==== DATASET RECORDS ====

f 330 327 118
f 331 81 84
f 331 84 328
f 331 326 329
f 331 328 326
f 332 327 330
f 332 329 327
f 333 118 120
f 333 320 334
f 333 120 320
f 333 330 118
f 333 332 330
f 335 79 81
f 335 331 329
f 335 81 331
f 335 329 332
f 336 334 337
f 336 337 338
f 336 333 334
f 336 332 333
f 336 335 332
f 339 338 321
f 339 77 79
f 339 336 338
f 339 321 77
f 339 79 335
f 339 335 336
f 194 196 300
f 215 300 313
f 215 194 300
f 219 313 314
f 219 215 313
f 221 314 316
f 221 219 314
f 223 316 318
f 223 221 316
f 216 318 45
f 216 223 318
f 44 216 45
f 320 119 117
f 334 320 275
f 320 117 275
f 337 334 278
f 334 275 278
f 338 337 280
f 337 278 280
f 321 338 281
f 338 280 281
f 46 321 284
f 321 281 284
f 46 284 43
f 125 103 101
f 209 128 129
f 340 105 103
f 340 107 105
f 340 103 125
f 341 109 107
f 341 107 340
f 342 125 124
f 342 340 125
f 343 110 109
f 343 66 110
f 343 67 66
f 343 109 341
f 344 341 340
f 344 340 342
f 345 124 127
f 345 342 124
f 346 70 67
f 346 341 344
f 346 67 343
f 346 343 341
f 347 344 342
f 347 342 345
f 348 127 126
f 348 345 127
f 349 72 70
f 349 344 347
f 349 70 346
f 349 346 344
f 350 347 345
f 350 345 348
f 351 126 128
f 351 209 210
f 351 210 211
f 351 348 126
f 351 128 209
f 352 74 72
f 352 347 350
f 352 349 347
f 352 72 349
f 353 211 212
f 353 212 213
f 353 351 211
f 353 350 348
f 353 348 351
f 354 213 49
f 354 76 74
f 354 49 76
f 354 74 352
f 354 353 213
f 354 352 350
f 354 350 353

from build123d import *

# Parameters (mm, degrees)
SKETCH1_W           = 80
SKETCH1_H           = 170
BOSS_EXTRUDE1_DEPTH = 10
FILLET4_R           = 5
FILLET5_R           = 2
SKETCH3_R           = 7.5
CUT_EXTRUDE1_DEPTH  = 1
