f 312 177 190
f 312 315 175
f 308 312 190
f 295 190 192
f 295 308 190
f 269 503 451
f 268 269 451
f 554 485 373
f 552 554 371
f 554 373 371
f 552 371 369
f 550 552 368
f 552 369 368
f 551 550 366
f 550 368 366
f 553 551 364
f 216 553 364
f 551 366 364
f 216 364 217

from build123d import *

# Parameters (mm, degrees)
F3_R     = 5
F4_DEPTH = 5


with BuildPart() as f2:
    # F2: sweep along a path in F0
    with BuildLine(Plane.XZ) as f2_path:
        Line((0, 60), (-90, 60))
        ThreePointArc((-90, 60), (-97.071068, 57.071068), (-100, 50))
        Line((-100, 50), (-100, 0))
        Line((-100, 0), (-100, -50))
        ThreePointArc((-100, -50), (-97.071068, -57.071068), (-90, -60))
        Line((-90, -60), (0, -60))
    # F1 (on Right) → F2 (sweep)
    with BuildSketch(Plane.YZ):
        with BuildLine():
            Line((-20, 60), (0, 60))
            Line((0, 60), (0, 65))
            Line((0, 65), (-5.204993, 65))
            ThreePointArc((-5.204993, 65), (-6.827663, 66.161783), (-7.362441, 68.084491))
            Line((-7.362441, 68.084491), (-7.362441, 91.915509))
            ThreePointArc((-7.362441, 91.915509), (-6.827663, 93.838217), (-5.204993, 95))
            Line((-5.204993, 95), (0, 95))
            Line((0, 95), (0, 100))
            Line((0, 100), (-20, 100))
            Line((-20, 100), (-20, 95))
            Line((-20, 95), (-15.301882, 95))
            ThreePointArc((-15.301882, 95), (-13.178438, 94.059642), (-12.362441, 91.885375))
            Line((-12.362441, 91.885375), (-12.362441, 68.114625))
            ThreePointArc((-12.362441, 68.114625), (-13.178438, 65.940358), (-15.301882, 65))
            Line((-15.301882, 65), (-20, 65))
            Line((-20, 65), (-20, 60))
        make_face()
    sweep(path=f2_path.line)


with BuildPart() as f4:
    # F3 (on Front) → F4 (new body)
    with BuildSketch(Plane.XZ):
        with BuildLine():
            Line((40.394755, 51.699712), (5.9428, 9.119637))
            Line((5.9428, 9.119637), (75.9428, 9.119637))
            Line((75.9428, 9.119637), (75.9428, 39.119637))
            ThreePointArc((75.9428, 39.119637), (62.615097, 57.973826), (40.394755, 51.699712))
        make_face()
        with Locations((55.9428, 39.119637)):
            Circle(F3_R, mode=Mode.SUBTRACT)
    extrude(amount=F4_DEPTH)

====

*WORK REQUIRED*:
In which lines of the records does the word "sweep" appear? Copy each of them.

*TASK RESULT*:
    # F2: sweep along a path in F0
    # F1 (on Right) → F2 (sweep)
    sweep(path=f2_path.line)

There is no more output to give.